Stored data
────────────────────
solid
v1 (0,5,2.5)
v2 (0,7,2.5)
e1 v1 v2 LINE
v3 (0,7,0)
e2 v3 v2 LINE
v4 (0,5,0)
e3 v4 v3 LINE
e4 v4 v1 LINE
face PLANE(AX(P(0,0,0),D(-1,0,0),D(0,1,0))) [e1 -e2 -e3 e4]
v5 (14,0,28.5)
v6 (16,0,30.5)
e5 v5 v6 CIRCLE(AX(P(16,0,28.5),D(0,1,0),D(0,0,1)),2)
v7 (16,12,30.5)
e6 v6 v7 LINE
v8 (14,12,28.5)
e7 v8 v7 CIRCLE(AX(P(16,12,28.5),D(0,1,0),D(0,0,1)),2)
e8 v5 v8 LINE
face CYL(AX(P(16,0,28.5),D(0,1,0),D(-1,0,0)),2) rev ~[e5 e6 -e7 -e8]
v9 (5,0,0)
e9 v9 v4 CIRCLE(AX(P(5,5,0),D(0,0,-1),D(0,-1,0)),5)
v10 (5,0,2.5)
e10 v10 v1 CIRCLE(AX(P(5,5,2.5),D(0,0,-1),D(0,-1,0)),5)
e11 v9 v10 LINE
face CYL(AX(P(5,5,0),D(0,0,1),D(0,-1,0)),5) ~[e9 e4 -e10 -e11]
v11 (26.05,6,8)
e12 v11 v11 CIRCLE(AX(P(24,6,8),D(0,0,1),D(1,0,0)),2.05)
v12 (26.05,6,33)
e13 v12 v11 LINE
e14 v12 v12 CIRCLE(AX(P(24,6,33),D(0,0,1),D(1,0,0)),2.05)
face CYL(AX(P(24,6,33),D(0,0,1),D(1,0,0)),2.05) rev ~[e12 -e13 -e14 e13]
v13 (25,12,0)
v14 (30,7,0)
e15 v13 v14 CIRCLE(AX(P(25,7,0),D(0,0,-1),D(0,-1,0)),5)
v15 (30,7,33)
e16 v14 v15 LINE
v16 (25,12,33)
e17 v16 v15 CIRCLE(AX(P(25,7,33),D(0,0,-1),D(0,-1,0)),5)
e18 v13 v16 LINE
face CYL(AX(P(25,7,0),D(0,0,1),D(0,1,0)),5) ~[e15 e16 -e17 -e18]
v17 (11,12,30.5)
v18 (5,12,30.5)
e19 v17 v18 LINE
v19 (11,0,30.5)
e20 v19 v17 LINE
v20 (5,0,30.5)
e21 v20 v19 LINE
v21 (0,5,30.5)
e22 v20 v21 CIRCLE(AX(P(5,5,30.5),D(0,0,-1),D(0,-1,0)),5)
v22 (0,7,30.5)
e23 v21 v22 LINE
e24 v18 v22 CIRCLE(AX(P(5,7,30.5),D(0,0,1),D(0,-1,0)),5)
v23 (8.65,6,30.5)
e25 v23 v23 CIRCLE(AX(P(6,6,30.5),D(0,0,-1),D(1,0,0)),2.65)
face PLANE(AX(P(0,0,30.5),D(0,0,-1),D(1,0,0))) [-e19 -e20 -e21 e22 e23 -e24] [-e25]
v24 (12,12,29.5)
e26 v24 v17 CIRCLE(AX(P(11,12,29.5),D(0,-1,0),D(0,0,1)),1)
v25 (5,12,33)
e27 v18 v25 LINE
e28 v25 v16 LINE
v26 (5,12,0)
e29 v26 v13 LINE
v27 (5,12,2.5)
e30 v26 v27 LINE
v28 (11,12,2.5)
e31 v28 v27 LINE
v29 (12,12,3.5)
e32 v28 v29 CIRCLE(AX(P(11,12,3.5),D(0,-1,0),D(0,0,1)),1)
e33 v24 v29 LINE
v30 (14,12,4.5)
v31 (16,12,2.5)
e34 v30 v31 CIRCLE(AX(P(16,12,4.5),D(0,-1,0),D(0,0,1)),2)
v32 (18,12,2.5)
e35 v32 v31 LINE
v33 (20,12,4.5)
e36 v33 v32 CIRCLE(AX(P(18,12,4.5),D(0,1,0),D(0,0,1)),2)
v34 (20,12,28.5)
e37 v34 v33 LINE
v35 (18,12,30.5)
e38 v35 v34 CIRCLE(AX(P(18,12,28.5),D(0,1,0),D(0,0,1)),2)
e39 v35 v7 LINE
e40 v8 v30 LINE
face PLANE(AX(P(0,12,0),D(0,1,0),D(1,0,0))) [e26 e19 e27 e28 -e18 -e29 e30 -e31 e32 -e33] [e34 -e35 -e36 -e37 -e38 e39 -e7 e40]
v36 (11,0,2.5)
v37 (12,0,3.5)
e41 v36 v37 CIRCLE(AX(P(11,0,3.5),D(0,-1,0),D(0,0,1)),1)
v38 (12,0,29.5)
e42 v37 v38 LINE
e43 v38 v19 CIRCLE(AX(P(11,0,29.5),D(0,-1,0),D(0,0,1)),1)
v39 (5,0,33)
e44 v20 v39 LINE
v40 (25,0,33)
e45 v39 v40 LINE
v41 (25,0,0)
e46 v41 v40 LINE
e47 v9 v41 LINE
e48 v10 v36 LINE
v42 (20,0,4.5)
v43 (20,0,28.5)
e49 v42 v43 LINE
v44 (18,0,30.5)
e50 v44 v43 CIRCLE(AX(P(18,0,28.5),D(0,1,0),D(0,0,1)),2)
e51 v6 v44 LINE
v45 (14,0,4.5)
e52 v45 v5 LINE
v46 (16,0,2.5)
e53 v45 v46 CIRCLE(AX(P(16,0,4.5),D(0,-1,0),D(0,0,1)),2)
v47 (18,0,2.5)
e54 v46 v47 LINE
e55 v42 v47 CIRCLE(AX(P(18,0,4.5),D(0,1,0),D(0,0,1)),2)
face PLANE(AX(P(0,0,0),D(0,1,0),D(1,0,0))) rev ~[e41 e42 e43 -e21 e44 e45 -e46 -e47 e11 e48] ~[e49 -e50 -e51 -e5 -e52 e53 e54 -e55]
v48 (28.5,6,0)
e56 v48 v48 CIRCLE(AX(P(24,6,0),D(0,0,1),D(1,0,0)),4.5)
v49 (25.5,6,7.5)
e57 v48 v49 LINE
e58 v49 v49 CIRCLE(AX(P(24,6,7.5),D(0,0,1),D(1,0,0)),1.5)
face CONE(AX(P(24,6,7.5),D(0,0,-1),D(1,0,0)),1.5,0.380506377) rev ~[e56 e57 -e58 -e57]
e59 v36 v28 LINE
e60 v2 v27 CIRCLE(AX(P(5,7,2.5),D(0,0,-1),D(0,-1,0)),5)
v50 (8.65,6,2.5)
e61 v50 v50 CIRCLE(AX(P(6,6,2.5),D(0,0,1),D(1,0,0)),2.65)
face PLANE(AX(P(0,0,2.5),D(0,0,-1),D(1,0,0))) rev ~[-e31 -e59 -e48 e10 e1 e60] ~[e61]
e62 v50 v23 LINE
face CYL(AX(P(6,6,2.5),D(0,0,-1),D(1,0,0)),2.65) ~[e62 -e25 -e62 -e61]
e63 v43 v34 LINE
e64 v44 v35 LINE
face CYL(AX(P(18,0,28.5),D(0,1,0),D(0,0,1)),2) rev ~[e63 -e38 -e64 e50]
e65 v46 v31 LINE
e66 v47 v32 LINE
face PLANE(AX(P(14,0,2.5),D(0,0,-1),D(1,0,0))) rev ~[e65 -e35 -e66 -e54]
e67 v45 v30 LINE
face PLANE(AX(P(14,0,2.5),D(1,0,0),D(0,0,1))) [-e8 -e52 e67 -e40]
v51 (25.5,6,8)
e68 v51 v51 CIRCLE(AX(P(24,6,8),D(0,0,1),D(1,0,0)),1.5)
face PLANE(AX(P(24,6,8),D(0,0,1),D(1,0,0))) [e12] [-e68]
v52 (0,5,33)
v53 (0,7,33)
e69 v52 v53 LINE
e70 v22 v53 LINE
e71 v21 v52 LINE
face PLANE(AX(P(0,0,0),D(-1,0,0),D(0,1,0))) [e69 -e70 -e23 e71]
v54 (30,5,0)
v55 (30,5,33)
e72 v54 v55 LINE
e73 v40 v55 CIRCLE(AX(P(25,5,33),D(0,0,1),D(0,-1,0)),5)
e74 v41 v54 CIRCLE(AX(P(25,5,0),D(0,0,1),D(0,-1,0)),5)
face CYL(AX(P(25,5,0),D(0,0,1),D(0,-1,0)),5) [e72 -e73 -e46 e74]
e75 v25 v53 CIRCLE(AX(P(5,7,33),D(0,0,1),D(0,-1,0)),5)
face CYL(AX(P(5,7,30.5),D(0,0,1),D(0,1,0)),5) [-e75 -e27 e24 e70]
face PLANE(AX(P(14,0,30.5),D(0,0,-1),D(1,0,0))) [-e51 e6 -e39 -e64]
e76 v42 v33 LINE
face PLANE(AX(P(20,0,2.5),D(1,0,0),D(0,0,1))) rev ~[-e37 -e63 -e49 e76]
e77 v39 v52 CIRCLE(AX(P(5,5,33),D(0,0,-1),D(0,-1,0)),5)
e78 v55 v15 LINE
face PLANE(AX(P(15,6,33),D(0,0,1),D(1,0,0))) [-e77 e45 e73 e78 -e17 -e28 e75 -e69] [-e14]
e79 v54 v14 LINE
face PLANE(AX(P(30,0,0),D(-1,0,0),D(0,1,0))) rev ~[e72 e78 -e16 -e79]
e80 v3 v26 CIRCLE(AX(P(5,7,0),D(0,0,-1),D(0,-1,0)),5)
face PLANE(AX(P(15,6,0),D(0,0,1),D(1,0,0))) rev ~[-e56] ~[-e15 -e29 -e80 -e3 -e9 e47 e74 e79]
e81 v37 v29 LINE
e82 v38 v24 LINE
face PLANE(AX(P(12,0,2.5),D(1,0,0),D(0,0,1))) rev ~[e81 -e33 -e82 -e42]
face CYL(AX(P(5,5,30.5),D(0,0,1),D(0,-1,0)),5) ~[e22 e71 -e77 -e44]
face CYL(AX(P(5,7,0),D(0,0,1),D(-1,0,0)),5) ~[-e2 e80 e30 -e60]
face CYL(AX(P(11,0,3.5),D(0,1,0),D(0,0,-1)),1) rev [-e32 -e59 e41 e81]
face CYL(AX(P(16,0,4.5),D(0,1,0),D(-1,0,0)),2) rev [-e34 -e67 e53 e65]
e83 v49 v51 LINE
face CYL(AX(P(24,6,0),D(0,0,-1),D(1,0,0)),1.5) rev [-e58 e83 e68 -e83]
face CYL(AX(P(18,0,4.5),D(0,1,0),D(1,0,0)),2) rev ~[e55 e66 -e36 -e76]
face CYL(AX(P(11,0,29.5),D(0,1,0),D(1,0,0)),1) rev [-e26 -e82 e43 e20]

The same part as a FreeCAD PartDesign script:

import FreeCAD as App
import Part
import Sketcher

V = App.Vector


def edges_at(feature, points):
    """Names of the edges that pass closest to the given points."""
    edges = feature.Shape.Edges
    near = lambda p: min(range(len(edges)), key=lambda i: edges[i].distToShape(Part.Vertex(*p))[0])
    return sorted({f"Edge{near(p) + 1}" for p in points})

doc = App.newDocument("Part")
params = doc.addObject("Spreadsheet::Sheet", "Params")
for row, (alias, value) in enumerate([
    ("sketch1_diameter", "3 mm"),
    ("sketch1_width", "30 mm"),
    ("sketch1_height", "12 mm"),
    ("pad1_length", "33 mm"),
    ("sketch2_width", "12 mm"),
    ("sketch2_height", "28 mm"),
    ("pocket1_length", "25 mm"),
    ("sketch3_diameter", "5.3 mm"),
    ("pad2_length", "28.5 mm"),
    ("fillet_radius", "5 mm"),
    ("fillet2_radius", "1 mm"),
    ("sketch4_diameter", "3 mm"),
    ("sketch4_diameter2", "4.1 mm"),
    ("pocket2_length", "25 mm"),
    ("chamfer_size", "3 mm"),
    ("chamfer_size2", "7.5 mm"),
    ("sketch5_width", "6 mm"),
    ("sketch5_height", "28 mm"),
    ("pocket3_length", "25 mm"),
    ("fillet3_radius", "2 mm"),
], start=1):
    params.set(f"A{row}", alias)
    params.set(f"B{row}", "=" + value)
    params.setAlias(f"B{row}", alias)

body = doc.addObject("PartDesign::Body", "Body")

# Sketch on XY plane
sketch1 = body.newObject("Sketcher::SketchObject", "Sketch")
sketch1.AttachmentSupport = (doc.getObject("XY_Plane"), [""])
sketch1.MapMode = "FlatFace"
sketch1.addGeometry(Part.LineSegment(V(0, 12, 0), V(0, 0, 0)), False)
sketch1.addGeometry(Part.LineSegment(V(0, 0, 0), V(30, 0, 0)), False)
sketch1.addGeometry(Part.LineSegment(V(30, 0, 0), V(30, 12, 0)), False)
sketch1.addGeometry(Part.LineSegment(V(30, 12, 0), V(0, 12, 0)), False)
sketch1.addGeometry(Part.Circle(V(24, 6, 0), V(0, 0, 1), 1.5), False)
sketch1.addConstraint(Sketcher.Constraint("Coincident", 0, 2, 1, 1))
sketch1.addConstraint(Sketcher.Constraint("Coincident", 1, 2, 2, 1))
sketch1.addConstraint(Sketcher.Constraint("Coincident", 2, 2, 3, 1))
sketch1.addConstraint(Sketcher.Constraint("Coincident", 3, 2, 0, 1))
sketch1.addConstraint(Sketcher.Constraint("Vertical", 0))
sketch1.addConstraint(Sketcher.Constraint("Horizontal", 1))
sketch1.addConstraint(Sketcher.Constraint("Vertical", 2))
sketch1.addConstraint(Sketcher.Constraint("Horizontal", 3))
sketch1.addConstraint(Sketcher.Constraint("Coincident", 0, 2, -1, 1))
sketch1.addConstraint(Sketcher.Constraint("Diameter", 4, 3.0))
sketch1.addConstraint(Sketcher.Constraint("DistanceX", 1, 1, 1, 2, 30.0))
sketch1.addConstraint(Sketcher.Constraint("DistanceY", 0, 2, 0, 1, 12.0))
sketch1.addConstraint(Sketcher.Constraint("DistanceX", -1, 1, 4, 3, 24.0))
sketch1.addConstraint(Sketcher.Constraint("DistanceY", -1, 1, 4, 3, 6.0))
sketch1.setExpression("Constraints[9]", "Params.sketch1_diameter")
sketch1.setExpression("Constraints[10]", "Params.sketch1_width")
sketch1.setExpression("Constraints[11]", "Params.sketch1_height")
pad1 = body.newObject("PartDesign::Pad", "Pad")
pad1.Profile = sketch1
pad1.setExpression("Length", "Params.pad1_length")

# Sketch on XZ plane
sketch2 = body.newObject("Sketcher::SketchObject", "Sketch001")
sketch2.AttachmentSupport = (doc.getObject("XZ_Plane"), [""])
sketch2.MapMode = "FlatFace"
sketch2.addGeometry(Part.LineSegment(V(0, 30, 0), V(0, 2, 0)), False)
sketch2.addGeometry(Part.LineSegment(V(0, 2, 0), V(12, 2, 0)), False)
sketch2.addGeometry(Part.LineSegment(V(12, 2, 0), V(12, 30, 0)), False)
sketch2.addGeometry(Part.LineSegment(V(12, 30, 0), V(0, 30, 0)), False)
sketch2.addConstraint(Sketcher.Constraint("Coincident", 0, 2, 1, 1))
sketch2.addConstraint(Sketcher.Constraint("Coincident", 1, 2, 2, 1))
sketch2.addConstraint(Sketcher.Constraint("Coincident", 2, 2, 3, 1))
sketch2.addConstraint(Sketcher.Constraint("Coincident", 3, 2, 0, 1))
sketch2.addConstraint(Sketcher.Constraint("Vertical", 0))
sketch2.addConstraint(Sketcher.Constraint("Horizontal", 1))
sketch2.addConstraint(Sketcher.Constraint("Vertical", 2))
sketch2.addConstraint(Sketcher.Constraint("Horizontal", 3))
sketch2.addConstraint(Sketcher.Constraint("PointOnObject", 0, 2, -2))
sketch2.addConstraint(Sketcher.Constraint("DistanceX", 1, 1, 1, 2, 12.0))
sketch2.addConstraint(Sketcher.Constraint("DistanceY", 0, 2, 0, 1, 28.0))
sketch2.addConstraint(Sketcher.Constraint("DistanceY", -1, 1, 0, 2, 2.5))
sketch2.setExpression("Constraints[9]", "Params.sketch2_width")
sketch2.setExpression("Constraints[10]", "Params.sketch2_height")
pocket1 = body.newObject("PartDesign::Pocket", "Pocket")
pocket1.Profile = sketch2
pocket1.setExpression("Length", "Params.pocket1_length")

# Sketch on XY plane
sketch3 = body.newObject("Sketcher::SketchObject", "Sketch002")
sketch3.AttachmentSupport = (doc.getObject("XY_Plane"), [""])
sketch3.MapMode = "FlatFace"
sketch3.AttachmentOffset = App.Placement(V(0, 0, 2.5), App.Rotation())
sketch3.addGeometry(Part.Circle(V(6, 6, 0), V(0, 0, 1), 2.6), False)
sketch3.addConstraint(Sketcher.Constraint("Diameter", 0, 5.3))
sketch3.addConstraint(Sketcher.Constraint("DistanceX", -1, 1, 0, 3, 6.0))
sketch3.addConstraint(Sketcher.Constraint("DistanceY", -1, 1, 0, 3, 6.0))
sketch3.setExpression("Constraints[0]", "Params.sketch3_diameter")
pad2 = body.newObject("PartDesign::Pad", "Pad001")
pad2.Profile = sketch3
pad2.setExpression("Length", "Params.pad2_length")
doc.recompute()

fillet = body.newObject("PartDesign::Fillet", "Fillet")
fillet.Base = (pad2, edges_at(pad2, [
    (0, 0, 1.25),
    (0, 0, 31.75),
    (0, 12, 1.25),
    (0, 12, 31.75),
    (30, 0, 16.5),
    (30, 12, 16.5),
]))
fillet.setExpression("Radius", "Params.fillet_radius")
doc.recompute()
────────────────────
- _WHAT YOU SHOULD DO_
From the line holding "v17 (11,12,30.5)" to the line holding "e38 v35 v34", inclusive, restate each line above exactly as written.

- _REPLY TO THE TASK_
v17 (11,12,30.5)
v18 (5,12,30.5)
e19 v17 v18 LINE
v19 (11,0,30.5)
e20 v19 v17 LINE
v20 (5,0,30.5)
e21 v20 v19 LINE
v21 (0,5,30.5)
e22 v20 v21 CIRCLE(AX(P(5,5,30.5),D(0,0,-1),D(0,-1,0)),5)
v22 (0,7,30.5)
e23 v21 v22 LINE
e24 v18 v22 CIRCLE(AX(P(5,7,30.5),D(0,0,1),D(0,-1,0)),5)
v23 (8.65,6,30.5)
e25 v23 v23 CIRCLE(AX(P(6,6,30.5),D(0,0,-1),D(1,0,0)),2.65)
face PLANE(AX(P(0,0,30.5),D(0,0,-1),D(1,0,0))) [-e19 -e20 -e21 e22 e23 -e24] [-e25]
v24 (12,12,29.5)
e26 v24 v17 CIRCLE(AX(P(11,12,29.5),D(0,-1,0),D(0,0,1)),1)
v25 (5,12,33)
e27 v18 v25 LINE
e28 v25 v16 LINE
v26 (5,12,0)
e29 v26 v13 LINE
v27 (5,12,2.5)
e30 v26 v27 LINE
v28 (11,12,2.5)
e31 v28 v27 LINE
v29 (12,12,3.5)
e32 v28 v29 CIRCLE(AX(P(11,12,3.5),D(0,-1,0),D(0,0,1)),1)
e33 v24 v29 LINE
v30 (14,12,4.5)
v31 (16,12,2.5)
e34 v30 v31 CIRCLE(AX(P(16,12,4.5),D(0,-1,0),D(0,0,1)),2)
v32 (18,12,2.5)
e35 v32 v31 LINE
v33 (20,12,4.5)
e36 v33 v32 CIRCLE(AX(P(18,12,4.5),D(0,1,0),D(0,0,1)),2)
v34 (20,12,28.5)
e37 v34 v33 LINE
v35 (18,12,30.5)
e38 v35 v34 CIRCLE(AX(P(18,12,28.5),D(0,1,0),D(0,0,1)),2)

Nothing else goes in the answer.